| Collected data entries |
-=-=-
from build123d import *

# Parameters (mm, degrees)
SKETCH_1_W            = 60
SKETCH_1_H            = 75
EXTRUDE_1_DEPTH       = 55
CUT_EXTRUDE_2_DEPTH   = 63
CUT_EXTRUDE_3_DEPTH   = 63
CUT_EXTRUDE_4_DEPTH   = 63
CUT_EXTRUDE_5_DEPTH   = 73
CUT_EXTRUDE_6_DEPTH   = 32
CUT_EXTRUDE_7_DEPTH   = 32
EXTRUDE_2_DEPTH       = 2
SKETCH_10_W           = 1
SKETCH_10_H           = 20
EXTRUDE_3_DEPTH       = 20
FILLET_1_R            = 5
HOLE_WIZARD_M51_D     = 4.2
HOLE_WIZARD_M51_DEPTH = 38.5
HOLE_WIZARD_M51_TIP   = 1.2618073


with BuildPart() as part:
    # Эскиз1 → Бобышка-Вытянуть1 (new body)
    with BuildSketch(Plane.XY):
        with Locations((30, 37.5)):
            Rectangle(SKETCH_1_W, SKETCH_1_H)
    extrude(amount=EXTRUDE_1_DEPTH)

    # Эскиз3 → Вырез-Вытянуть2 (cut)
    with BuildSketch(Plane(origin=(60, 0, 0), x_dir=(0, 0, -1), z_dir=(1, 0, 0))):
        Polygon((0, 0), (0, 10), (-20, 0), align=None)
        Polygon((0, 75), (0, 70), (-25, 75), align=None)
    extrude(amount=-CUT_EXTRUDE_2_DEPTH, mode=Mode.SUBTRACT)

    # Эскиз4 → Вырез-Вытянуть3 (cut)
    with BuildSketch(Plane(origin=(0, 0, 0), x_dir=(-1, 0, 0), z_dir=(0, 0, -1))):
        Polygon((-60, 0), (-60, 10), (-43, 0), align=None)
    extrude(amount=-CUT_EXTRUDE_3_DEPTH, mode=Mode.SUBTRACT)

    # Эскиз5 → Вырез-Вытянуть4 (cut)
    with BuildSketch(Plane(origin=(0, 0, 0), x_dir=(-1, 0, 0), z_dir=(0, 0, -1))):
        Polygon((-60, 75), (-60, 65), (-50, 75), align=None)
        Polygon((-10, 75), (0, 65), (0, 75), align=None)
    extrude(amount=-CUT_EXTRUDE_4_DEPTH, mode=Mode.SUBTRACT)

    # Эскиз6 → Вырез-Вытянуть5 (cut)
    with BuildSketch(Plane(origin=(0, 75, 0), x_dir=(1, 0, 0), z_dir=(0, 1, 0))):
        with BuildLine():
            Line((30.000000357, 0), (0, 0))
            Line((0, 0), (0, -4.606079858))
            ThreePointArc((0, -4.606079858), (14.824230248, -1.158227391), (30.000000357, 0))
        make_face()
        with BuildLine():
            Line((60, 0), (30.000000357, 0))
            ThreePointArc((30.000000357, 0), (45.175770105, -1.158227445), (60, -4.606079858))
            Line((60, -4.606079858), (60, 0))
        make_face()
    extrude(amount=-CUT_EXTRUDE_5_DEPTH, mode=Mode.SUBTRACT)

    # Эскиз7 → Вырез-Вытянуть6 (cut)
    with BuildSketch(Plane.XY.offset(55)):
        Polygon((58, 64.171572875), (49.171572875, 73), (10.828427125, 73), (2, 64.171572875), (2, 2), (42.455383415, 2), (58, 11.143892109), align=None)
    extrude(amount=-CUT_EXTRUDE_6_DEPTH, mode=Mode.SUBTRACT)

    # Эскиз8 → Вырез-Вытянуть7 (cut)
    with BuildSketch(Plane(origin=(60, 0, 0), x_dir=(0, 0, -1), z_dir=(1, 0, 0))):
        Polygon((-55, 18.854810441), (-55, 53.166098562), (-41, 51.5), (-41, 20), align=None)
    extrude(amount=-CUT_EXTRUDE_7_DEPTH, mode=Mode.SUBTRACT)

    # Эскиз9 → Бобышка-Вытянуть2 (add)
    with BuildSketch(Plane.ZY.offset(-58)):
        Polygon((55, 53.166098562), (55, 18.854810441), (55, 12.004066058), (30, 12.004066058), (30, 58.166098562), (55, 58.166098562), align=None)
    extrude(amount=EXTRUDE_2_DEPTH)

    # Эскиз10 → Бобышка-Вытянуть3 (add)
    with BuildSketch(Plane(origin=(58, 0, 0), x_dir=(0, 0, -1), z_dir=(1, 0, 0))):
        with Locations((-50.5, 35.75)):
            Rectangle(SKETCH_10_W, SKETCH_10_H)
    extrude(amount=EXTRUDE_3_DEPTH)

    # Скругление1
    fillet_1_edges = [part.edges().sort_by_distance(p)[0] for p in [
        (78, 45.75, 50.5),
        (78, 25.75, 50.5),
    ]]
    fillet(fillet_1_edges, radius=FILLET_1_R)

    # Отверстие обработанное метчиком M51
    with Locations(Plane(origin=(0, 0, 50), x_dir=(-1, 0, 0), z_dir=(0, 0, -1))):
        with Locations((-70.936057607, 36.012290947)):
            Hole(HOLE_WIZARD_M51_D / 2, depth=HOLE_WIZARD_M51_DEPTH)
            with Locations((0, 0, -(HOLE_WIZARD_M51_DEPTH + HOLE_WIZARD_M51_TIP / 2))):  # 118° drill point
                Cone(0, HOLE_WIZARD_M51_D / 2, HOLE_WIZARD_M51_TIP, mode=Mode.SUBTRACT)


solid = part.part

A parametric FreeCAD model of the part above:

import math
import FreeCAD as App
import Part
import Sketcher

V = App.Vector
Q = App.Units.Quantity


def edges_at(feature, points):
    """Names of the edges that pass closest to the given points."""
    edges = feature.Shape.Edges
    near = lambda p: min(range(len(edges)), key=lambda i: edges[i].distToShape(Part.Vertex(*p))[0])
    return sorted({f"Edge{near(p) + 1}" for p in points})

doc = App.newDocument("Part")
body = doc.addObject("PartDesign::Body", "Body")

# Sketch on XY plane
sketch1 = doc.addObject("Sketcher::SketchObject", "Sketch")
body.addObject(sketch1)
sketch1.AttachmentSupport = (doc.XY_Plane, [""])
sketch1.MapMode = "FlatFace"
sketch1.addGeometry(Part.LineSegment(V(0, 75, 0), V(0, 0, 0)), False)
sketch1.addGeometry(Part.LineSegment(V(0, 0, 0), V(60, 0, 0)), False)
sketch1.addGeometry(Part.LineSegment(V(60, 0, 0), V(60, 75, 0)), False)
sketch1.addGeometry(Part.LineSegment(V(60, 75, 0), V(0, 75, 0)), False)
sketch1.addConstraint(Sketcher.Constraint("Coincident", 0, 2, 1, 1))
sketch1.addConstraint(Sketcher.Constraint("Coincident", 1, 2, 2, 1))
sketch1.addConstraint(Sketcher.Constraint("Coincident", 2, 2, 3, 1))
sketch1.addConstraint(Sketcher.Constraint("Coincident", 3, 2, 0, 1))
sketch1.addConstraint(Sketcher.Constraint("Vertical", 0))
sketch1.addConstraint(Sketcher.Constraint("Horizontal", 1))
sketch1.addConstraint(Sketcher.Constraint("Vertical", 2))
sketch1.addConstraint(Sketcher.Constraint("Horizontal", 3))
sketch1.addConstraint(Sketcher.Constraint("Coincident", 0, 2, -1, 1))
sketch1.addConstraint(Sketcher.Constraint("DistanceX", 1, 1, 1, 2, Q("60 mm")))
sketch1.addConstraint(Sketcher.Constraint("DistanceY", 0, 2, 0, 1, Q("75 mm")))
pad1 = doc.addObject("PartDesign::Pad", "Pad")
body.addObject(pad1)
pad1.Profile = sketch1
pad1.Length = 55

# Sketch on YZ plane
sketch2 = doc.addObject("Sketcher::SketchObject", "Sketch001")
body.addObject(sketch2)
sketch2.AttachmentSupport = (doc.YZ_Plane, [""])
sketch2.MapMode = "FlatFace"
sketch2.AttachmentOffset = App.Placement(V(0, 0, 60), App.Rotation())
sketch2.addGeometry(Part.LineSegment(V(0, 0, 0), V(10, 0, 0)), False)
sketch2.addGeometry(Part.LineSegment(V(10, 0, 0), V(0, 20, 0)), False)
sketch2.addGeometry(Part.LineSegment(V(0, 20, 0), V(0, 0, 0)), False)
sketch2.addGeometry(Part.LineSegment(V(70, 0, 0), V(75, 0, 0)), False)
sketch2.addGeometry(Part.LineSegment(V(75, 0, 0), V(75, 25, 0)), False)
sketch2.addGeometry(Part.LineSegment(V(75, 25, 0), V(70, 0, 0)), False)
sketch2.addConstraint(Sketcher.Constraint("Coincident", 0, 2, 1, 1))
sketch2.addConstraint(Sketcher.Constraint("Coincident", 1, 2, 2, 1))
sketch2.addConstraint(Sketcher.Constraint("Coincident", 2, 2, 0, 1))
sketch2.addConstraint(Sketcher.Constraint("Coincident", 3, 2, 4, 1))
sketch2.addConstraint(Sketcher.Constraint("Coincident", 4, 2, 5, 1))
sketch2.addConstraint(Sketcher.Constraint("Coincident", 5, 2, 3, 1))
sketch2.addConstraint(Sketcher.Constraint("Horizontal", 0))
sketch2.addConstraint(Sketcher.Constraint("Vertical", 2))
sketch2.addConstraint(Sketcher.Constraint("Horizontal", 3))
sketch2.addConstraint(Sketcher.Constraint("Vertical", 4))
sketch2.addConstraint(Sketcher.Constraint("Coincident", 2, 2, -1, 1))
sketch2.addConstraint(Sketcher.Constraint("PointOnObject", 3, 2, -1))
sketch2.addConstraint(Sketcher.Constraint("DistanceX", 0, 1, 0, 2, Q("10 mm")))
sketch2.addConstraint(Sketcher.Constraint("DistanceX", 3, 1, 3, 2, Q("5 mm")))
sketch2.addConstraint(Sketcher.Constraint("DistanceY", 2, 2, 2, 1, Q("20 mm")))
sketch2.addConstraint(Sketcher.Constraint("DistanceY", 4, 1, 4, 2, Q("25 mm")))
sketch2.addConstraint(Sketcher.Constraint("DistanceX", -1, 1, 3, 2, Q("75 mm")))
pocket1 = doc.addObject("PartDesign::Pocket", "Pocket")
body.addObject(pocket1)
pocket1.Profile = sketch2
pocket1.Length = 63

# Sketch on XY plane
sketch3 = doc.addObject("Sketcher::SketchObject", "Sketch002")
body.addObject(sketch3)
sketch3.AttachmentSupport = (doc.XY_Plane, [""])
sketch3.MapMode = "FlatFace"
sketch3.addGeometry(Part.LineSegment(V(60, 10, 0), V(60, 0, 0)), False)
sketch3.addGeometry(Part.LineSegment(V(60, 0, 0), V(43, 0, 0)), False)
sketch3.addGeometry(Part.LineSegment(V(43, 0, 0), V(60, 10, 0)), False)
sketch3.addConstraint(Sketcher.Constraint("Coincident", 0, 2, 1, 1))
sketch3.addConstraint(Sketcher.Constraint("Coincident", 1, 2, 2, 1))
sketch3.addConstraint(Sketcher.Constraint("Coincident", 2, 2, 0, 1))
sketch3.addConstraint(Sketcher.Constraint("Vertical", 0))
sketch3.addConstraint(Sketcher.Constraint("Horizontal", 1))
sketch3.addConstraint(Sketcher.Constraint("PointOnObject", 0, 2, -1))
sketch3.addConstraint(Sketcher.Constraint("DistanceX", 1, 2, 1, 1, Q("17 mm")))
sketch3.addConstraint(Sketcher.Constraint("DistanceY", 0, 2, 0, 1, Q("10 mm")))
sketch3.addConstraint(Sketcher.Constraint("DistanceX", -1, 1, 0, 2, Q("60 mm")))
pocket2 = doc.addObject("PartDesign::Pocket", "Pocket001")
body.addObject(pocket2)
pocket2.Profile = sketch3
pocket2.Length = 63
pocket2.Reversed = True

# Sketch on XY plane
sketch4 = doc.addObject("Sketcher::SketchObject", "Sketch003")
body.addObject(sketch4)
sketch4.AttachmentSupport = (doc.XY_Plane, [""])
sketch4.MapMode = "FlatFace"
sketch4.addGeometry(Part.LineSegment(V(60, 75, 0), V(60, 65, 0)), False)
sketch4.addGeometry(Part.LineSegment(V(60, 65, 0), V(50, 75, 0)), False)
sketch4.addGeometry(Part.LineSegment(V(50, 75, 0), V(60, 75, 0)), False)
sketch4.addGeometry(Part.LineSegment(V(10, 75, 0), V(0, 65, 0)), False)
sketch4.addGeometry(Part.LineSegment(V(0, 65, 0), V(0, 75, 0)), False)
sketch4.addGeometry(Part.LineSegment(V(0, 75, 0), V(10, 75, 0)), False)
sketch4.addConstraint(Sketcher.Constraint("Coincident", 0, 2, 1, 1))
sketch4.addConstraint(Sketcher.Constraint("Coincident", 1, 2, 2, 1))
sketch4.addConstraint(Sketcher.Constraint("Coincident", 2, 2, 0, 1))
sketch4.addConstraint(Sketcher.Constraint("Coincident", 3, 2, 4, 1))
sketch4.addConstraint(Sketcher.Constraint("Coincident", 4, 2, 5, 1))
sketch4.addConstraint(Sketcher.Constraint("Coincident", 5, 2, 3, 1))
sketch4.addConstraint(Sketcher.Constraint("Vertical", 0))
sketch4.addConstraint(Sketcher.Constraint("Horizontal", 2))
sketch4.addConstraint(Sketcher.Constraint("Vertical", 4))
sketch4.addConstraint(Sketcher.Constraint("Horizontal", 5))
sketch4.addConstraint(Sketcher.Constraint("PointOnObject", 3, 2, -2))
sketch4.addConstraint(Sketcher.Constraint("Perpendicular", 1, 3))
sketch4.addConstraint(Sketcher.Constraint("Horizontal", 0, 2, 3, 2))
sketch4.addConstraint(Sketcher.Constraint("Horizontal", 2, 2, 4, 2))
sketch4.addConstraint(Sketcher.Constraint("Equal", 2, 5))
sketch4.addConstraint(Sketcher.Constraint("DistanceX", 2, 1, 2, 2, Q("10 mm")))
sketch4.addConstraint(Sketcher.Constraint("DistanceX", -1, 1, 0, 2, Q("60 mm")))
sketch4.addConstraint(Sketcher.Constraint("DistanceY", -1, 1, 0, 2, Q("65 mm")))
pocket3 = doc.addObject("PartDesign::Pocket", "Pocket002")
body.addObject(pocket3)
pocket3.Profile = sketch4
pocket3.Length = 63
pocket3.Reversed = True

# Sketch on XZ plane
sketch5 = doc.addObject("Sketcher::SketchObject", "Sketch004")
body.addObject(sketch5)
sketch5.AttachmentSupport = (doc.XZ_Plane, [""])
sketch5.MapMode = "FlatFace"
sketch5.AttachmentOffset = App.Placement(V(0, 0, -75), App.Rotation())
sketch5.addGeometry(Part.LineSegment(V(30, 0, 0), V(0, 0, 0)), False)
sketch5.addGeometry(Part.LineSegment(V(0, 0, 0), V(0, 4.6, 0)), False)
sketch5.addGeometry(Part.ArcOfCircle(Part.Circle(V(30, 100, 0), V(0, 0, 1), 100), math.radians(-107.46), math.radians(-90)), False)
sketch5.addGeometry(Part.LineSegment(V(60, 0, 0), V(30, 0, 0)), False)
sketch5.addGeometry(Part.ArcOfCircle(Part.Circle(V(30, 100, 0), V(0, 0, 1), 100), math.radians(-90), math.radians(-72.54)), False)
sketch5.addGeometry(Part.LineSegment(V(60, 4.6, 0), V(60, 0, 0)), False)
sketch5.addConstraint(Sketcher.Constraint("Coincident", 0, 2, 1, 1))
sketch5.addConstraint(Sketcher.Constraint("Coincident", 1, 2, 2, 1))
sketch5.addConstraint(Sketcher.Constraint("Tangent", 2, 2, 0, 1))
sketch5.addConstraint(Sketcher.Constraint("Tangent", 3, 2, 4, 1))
-=-=-
| WORK TO BE COMPLETED |
Beginning with the line above that contains "extrude(amount=EXTRUDE_2_DEPTH)", copy each line exactly up to and including the line that contains "Hole(HOLE_WIZARD_M51_D / 2, depth=HOLE_WIZARD_M51_DEPTH)", and go no further.

| RESULT FOR THIS EXERCISE |
    extrude(amount=EXTRUDE_2_DEPTH)

    # Эскиз10 → Бобышка-Вытянуть3 (add)
    with BuildSketch(Plane(origin=(58, 0, 0), x_dir=(0, 0, -1), z_dir=(1, 0, 0))):
        with Locations((-50.5, 35.75)):
            Rectangle(SKETCH_10_W, SKETCH_10_H)
    extrude(amount=EXTRUDE_3_DEPTH)

    # Скругление1
    fillet_1_edges = [part.edges().sort_by_distance(p)[0] for p in [
        (78, 45.75, 50.5),
        (78, 25.75, 50.5),
    ]]
    fillet(fillet_1_edges, radius=FILLET_1_R)

    # Отверстие обработанное метчиком M51
    with Locations(Plane(origin=(0, 0, 50), x_dir=(-1, 0, 0), z_dir=(0, 0, -1))):
        with Locations((-70.936057607, 36.012290947)):
            Hole(HOLE_WIZARD_M51_D / 2, depth=HOLE_WIZARD_M51_DEPTH)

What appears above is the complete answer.